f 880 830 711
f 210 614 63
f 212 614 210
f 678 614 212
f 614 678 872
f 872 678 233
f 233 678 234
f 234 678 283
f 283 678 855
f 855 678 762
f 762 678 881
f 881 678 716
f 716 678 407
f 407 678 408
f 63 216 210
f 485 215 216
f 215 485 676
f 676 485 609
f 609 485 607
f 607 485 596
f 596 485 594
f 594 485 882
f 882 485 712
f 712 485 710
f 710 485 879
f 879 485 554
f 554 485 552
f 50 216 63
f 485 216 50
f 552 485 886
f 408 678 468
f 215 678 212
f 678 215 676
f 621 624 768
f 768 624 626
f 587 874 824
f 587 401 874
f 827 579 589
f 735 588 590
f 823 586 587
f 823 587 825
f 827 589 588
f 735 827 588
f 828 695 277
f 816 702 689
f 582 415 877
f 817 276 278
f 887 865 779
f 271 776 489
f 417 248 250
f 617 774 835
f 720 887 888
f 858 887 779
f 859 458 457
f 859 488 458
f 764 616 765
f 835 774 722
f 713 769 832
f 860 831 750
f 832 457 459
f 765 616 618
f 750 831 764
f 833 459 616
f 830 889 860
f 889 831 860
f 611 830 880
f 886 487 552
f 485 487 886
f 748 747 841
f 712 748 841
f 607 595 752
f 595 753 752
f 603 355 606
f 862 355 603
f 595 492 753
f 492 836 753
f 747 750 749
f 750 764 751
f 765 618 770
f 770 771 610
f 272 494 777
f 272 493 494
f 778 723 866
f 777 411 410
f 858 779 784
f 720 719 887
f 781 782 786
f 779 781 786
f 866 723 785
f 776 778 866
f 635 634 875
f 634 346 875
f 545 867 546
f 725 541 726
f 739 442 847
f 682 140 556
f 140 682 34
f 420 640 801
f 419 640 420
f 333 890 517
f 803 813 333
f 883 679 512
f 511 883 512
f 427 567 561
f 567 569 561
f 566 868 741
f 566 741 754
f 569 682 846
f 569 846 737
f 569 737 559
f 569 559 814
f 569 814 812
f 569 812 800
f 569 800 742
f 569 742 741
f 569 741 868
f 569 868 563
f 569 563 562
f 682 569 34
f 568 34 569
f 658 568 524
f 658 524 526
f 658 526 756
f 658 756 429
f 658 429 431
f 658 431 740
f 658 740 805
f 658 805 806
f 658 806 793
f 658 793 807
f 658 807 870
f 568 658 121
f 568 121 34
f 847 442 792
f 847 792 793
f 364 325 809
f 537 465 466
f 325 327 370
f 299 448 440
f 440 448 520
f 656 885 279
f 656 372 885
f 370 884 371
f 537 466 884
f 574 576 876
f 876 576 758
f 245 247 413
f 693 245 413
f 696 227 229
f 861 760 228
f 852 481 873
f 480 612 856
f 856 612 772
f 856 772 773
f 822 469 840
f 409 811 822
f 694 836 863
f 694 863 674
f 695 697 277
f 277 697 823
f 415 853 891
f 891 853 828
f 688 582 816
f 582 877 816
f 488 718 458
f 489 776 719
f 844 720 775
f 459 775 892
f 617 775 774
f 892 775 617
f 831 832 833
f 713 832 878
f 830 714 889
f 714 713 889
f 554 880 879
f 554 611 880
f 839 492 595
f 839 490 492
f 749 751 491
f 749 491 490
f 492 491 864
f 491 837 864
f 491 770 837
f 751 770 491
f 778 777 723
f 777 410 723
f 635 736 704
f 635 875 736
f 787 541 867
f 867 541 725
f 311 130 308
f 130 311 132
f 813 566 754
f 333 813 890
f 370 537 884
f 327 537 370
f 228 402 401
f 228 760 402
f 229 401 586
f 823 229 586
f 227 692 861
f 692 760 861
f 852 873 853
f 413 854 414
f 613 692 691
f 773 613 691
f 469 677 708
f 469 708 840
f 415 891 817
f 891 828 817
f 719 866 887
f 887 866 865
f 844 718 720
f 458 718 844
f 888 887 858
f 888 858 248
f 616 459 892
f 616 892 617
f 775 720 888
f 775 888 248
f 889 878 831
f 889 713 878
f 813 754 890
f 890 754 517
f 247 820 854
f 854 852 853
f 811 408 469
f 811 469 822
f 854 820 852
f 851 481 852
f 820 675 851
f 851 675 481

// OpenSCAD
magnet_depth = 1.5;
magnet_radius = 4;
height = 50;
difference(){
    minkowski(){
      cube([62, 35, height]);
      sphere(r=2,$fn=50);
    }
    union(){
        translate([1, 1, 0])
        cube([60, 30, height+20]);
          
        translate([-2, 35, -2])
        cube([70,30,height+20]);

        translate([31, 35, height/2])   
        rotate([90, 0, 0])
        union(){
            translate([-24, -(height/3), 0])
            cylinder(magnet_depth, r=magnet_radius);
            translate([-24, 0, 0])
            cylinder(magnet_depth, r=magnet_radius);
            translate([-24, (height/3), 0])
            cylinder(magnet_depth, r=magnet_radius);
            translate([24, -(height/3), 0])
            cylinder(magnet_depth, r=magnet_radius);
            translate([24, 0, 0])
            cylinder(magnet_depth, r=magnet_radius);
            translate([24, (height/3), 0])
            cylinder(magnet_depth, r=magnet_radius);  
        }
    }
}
..............................
How many lines of the material above contain the word "cube"? Give only the number.

3